WHAT TO PRODUCE: Only the lines with "newObject" in the entries below belong in the answer; please copy them.

Records from a data collection
=====
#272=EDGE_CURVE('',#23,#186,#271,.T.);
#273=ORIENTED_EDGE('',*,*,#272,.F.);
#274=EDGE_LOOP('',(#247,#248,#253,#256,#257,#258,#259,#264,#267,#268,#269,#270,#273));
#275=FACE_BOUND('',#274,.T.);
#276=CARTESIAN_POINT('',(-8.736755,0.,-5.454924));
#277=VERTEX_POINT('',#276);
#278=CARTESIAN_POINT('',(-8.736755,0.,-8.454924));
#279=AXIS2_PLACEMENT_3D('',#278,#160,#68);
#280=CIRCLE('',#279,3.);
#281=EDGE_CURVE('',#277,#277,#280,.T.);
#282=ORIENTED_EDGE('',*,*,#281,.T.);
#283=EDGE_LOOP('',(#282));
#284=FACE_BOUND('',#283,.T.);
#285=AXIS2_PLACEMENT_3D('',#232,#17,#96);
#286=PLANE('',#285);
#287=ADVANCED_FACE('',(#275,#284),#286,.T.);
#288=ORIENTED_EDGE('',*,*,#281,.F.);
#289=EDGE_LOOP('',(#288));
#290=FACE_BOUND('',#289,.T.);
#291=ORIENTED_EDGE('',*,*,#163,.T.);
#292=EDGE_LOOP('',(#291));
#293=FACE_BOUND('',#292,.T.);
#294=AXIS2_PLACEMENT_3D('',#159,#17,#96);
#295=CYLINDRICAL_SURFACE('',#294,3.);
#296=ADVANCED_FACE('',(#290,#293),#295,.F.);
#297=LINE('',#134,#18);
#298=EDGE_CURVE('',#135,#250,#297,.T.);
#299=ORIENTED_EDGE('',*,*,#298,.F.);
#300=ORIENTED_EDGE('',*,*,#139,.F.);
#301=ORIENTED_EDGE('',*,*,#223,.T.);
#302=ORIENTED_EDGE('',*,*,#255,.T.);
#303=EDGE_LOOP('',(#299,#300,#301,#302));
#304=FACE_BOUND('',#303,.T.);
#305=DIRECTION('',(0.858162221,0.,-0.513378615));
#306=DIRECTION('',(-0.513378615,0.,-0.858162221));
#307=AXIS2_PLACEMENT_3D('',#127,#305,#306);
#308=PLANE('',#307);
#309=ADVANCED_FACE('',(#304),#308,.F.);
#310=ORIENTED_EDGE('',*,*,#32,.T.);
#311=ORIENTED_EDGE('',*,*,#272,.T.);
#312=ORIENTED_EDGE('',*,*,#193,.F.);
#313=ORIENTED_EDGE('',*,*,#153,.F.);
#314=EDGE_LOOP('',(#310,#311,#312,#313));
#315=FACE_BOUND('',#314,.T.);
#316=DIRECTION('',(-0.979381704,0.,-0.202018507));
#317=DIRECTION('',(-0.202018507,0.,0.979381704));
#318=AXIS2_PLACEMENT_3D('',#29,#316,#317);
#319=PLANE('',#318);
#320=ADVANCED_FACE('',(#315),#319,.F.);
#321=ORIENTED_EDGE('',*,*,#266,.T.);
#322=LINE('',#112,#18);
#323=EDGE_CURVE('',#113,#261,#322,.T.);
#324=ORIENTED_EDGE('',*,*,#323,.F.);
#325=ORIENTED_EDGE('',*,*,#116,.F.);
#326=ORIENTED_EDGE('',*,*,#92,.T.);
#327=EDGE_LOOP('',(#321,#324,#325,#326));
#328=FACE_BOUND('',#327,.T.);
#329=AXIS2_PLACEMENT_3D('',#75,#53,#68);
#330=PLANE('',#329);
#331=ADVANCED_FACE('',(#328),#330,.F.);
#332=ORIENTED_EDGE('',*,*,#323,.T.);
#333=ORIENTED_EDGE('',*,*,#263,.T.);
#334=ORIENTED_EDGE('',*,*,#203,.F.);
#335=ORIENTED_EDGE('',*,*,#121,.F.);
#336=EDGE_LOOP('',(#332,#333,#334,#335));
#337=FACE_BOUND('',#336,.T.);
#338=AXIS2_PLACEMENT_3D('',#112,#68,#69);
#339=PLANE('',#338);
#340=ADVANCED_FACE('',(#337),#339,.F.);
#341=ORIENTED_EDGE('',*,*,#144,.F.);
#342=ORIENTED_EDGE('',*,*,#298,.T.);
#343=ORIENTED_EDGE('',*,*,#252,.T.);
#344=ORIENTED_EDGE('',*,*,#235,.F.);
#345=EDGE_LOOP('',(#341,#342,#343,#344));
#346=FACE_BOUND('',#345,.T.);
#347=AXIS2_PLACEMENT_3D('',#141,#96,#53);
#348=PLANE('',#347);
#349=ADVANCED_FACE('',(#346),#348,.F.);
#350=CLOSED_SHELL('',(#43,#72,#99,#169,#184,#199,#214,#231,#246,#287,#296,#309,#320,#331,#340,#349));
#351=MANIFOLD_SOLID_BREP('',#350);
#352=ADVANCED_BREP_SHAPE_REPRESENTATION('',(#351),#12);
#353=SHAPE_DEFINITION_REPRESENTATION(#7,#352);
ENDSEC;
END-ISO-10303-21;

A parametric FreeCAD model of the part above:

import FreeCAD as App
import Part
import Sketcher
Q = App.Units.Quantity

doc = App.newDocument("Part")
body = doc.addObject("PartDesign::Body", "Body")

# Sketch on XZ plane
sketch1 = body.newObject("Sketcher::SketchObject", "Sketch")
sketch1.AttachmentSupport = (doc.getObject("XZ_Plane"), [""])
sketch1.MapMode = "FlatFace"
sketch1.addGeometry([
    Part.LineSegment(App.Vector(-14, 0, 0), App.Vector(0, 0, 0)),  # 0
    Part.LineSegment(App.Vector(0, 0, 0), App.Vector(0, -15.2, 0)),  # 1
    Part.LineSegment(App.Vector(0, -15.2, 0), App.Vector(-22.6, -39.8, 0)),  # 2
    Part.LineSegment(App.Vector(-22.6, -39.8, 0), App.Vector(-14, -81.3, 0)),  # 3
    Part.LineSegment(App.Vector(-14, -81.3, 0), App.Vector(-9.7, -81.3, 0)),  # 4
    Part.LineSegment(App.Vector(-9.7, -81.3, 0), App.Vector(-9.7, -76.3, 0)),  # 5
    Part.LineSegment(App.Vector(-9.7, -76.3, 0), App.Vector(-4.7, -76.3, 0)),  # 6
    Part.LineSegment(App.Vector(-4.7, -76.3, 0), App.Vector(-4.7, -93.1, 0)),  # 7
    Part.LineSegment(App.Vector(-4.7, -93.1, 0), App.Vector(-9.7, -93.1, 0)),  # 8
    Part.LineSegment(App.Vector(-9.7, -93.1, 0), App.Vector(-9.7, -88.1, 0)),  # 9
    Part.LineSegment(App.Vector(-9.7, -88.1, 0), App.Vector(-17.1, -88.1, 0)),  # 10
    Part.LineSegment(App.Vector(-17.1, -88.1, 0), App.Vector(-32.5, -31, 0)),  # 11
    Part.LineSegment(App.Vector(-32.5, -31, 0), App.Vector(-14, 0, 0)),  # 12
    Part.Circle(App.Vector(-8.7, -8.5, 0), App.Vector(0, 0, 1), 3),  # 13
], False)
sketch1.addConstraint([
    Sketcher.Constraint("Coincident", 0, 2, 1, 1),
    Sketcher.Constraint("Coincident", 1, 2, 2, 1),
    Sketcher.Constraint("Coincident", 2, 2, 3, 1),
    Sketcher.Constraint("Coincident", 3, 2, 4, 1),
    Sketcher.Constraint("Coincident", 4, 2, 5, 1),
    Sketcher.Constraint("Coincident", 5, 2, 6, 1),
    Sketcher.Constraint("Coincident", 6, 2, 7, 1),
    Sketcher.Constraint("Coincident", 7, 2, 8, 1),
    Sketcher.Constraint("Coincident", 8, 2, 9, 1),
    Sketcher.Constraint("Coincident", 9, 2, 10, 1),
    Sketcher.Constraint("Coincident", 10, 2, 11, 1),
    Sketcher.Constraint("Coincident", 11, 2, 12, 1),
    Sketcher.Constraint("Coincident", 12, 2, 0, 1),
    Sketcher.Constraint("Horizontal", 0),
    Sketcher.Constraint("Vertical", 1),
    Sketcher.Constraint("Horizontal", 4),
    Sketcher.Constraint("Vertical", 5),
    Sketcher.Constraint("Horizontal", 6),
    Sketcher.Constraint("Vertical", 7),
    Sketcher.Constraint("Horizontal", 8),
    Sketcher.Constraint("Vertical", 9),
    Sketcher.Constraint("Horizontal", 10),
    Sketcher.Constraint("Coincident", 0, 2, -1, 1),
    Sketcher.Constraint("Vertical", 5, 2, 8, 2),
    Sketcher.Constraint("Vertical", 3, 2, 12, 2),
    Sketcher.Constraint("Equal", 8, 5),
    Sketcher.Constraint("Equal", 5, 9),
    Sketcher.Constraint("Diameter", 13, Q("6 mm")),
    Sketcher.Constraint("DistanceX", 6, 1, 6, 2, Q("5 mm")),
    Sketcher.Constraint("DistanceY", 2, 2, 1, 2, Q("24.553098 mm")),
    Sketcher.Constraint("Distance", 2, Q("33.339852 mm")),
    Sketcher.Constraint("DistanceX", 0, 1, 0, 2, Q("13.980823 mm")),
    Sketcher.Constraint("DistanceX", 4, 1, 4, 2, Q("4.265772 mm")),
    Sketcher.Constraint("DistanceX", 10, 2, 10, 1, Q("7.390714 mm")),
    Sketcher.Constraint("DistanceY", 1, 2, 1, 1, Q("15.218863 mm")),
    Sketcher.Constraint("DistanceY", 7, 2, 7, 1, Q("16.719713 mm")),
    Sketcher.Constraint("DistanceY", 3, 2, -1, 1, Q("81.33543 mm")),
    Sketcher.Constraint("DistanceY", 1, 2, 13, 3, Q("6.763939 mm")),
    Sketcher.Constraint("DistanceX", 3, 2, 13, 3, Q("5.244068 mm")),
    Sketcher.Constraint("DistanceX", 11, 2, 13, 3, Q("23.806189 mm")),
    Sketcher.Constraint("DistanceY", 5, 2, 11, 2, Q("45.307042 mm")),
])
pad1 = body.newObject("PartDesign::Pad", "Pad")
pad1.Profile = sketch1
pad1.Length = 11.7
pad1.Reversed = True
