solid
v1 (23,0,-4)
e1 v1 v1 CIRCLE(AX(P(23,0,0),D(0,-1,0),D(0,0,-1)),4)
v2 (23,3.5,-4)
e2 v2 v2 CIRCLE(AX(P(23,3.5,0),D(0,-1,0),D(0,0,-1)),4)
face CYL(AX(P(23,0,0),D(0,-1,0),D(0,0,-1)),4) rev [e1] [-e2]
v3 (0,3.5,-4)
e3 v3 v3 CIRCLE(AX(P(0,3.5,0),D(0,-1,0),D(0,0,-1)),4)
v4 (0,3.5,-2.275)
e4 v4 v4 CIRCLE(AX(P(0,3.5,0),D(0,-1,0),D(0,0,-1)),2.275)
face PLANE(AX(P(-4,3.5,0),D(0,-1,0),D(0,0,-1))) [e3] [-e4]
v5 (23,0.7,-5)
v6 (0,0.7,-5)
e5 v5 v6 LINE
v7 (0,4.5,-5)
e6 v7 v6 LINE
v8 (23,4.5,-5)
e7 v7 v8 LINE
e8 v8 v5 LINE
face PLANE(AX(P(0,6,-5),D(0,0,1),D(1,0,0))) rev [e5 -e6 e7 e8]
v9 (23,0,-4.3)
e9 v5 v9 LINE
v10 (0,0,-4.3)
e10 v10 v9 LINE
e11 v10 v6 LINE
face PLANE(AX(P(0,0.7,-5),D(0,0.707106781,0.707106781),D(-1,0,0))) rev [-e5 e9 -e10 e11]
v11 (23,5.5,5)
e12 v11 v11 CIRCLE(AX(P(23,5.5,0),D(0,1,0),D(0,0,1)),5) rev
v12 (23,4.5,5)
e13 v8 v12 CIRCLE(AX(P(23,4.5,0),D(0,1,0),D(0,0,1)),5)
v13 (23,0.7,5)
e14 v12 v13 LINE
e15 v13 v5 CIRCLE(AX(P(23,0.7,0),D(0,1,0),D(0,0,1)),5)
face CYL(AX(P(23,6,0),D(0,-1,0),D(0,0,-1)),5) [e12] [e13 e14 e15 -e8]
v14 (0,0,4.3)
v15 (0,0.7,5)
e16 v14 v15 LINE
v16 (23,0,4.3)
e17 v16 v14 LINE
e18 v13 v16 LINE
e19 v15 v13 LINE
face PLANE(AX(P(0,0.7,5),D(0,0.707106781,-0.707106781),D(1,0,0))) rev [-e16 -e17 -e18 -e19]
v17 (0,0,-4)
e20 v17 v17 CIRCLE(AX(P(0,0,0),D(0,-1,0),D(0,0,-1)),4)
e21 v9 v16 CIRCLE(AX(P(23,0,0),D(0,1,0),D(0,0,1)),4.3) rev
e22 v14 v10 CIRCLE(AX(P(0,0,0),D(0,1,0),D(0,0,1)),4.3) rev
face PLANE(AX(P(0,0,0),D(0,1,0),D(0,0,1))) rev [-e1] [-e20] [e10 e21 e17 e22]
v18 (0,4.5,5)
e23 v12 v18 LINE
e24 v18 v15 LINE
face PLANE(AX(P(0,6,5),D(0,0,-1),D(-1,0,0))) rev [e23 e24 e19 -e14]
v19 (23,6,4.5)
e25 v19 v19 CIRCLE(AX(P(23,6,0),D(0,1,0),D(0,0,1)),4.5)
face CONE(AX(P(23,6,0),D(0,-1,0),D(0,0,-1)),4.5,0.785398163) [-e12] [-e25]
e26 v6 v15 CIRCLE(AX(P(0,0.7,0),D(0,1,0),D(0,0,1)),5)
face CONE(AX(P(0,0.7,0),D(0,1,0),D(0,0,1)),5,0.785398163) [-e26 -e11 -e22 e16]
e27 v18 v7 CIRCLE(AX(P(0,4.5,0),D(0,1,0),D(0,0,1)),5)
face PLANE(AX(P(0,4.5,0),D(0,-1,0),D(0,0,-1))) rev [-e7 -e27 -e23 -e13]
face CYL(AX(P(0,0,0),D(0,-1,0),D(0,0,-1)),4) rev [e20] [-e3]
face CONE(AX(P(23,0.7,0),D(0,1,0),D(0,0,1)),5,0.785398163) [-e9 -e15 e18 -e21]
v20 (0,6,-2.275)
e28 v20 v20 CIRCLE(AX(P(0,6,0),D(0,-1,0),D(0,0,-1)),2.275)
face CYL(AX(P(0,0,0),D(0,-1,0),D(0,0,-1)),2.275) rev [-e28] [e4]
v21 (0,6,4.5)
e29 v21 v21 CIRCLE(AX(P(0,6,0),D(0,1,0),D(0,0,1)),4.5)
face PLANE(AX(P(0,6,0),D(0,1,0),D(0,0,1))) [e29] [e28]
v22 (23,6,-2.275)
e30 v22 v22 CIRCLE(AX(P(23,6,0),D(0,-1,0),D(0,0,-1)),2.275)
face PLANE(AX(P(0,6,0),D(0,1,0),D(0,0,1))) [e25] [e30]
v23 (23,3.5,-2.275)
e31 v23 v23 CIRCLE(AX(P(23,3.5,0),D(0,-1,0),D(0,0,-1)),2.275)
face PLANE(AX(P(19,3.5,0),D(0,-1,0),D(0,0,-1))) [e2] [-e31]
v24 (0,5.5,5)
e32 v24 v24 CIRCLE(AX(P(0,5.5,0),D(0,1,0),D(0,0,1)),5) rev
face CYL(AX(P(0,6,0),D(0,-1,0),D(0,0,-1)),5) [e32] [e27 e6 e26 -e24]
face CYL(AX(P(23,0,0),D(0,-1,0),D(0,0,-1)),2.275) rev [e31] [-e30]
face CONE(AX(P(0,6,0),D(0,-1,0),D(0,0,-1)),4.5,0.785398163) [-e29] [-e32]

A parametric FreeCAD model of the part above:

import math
import FreeCAD as App
import Part
import Sketcher


def edges_at(feature, points):
    """Names of the edges that pass closest to the given points."""
    edges = feature.Shape.Edges
    near = lambda p: min(range(len(edges)), key=lambda i: edges[i].distToShape(Part.Vertex(*p))[0])
    return sorted({f"Edge{near(p) + 1}" for p in points})

doc = App.newDocument("Part")
params = doc.addObject("Spreadsheet::Sheet", "Params")
for row, (alias, value) in enumerate([
    ("sketch1_radius", "5 mm"),
    ("sketch1_width", "23 mm"),
    ("pad1_length", "6 mm"),
    ("sketch2_width", "4 mm"),
    ("sketch2_height", "6 mm"),
    ("sketch2_height2", "3.5 mm"),
    ("groove_angle", "360 deg"),
    ("sketch3_width", "4 mm"),
    ("sketch3_height", "6 mm"),
    ("sketch3_height2", "2.5 mm"),
    ("groove2_angle", "360 deg"),
    ("sketch4_diameter", "10 mm"),
    ("pocket1_length", "1.5 mm"),
    ("chamfer_size", "0.5 mm"),
    ("chamfer2_size", "0.7 mm"),
], start=1):
    params.set(f"A{row}", alias)
    params.set(f"B{row}", "=" + value)
    params.setAlias(f"B{row}", alias)

body = doc.addObject("PartDesign::Body", "Body")

# Sketch on XZ plane
sketch1 = doc.addObject("Sketcher::SketchObject", "Sketch")
body.addObject(sketch1)
sketch1.AttachmentSupport = (doc.XZ_Plane, [""])
sketch1.MapMode = "FlatFace"
sketch1.addGeometry(Part.LineSegment(App.Vector(23, -5, 0), App.Vector(0, -5, 0)), False)
sketch1.addGeometry(Part.ArcOfCircle(Part.Circle(App.Vector(0, 0, 0), App.Vector(0, 0, 1), 5), math.radians(90), math.radians(270)), False)
sketch1.addGeometry(Part.LineSegment(App.Vector(0, 5, 0), App.Vector(23, 5, 0)), False)
sketch1.addGeometry(Part.ArcOfCircle(Part.Circle(App.Vector(23, 0, 0), App.Vector(0, 0, 1), 5), math.radians(-90), math.radians(90)), False)
sketch1.addConstraint(Sketcher.Constraint("Tangent", 0, 2, 1, 2))
sketch1.addConstraint(Sketcher.Constraint("Tangent", 1, 1, 2, 1))
sketch1.addConstraint(Sketcher.Constraint("Tangent", 2, 2, 3, 2))
sketch1.addConstraint(Sketcher.Constraint("Tangent", 3, 1, 0, 1))
sketch1.addConstraint(Sketcher.Constraint("Horizontal", 0))
sketch1.addConstraint(Sketcher.Constraint("Horizontal", 2))
sketch1.addConstraint(Sketcher.Constraint("Coincident", 1, 3, -1, 1))
sketch1.addConstraint(Sketcher.Constraint("Radius", 1, 5.0))
sketch1.addConstraint(Sketcher.Constraint("DistanceX", 0, 2, 0, 1, 23.0))
sketch1.setExpression("Constraints[7]", "Params.sketch1_radius")
sketch1.setExpression("Constraints[8]", "Params.sketch1_width")
pad1 = doc.addObject("PartDesign::Pad", "Pad")
body.addObject(pad1)
pad1.Profile = sketch1
pad1.setExpression("Length", "Params.pad1_length")
pad1.Reversed = True

# Sketch on XY plane
sketch2 = doc.addObject("Sketcher::SketchObject", "Sketch001")
body.addObject(sketch2)
sketch2.AttachmentSupport = (doc.XY_Plane, [""])
sketch2.MapMode = "FlatFace"
sketch2.addGeometry(Part.LineSegment(App.Vector(-4, 3.5, 0), App.Vector(-4, 0, 0)), False)
sketch2.addGeometry(Part.LineSegment(App.Vector(-4, 0, 0), App.Vector(0, 0, 0)), False)
sketch2.addGeometry(Part.LineSegment(App.Vector(0, 0, 0), App.Vector(0, 6, 0)), False)
sketch2.addGeometry(Part.LineSegment(App.Vector(0, 6, 0), App.Vector(-2.275, 6, 0)), False)
sketch2.addGeometry(Part.LineSegment(App.Vector(-2.275, 6, 0), App.Vector(-2.275, 3.5, 0)), False)
sketch2.addGeometry(Part.LineSegment(App.Vector(-2.275, 3.5, 0), App.Vector(-4, 3.5, 0)), False)
sketch2.addConstraint(Sketcher.Constraint("Coincident", 0, 2, 1, 1))
sketch2.addConstraint(Sketcher.Constraint("Coincident", 1, 2, 2, 1))
sketch2.addConstraint(Sketcher.Constraint("Coincident", 2, 2, 3, 1))
sketch2.addConstraint(Sketcher.Constraint("Coincident", 3, 2, 4, 1))
sketch2.addConstraint(Sketcher.Constraint("Coincident", 4, 2, 5, 1))
sketch2.addConstraint(Sketcher.Constraint("Coincident", 5, 2, 0, 1))
sketch2.addConstraint(Sketcher.Constraint("Vertical", 0))
sketch2.addConstraint(Sketcher.Constraint("Horizontal", 1))
sketch2.addConstraint(Sketcher.Constraint("Vertical", 2))
sketch2.addConstraint(Sketcher.Constraint("Horizontal", 3))
sketch2.addConstraint(Sketcher.Constraint("Vertical", 4))
sketch2.addConstraint(Sketcher.Constraint("Horizontal", 5))
sketch2.addConstraint(Sketcher.Constraint("Coincident", 1, 2, -1, 1))
sketch2.addConstraint(Sketcher.Constraint("DistanceX", 1, 1, 1, 2, 4.0))
sketch2.addConstraint(Sketcher.Constraint("DistanceY", 2, 1, 2, 2, 6.0))
sketch2.addConstraint(Sketcher.Constraint("DistanceY", 0, 2, 0, 1, 3.5))
sketch2.addConstraint(Sketcher.Constraint("DistanceX", 3, 2, 3, 1, 2.275))
sketch2.setExpression("Constraints[13]", "Params.sketch2_width")
sketch2.setExpression("Constraints[14]", "Params.sketch2_height")
sketch2.setExpression("Constraints[15]", "Params.sketch2_height2")
groove = doc.addObject("PartDesign::Groove", "Groove")
body.addObject(groove)
groove.Profile = sketch2
groove.ReferenceAxis = (sketch2, ["V_Axis"])
groove.setExpression("Angle", "Params.groove_angle")

# Sketch on XY plane
sketch3 = doc.addObject("Sketcher::SketchObject", "Sketch002")
body.addObject(sketch3)
sketch3.AttachmentSupport = (doc.XY_Plane, [""])
sketch3.MapMode = "FlatFace"
sketch3.addGeometry(Part.LineSegment(App.Vector(19, 0, 0), App.Vector(23, 0, 0)), False)
sketch3.addGeometry(Part.LineSegment(App.Vector(23, 0, 0), App.Vector(23, 6, 0)), False)
sketch3.addGeometry(Part.LineSegment(App.Vector(23, 6, 0), App.Vector(20.725, 6, 0)), False)
sketch3.addGeometry(Part.LineSegment(App.Vector(20.725, 6, 0), App.Vector(20.725, 3.5, 0)), False)
sketch3.addGeometry(Part.LineSegment(App.Vector(20.725, 3.5, 0), App.Vector(19, 3.5, 0)), False)
sketch3.addGeometry(Part.LineSegment(App.Vector(19, 3.5, 0), App.Vector(19, 0, 0)), False)
sketch3.addGeometry(Part.LineSegment(App.Vector(23, 0, 0), App.Vector(23, 6, 0)), True)  # axis
sketch3.addConstraint(Sketcher.Constraint("Coincident", 0, 2, 1, 1))
sketch3.addConstraint(Sketcher.Constraint("Coincident", 1, 2, 2, 1))
sketch3.addConstraint(Sketcher.Constraint("Coincident", 2, 2, 3, 1))
sketch3.addConstraint(Sketcher.Constraint("Coincident", 3, 2, 4, 1))
sketch3.addConstraint(Sketcher.Constraint("Coincident", 4, 2, 5, 1))
sketch3.addConstraint(Sketcher.Constraint("Coincident", 5, 2, 0, 1))
sketch3.addConstraint(Sketcher.Constraint("Horizontal", 0))
sketch3.addConstraint(Sketcher.Constraint("Vertical", 1))
sketch3.addConstraint(Sketcher.Constraint("Horizontal", 2))
sketch3.addConstraint(Sketcher.Constraint("Vertical", 3))
sketch3.addConstraint(Sketcher.Constraint("Horizontal", 4))
sketch3.addConstraint(Sketcher.Constraint("Vertical", 5))
sketch3.addConstraint(Sketcher.Constraint("Vertical", 6))
sketch3.addConstraint(Sketcher.Constraint("Coincident", 6, 1, 0, 2))
sketch3.addConstraint(Sketcher.Constraint("PointOnObject", 0, 2, -1))
sketch3.addConstraint(Sketcher.Constraint("Horizontal", 2, 2, 6, 2))
sketch3.addConstraint(Sketcher.Constraint("DistanceX", 0, 1, 0, 2, 4.0))
sketch3.addConstraint(Sketcher.Constraint("DistanceY", 1, 1, 1, 2, 6.0))
sketch3.addConstraint(Sketcher.Constraint("DistanceY", 3, 2, 3, 1, 2.5))
sketch3.addConstraint(Sketcher.Constraint("DistanceX", -1, 1, 0, 2, 23.0))
sketch3.addConstraint(Sketcher.Constraint("DistanceX", 2, 2, 2, 1, 2.275))
sketch3.setExpression("Constraints[16]", "Params.sketch3_width")
sketch3.setExpression("Constraints[17]", "Params.sketch3_height")
sketch3.setExpression("Constraints[18]", "Params.sketch3_height2")
groove2 = doc.addObject("PartDesign::Groove", "Groove001")
body.addObject(groove2)
groove2.Profile = sketch3
groove2.ReferenceAxis = (sketch3, ["Axis0"])
groove2.setExpression("Angle", "Params.groove2_angle")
=====
RESPONSE TO THIS TASK:
sketch1 = body.newObject("Sketcher::SketchObject", "Sketch")
pad1 = body.newObject("PartDesign::Pad", "Pad")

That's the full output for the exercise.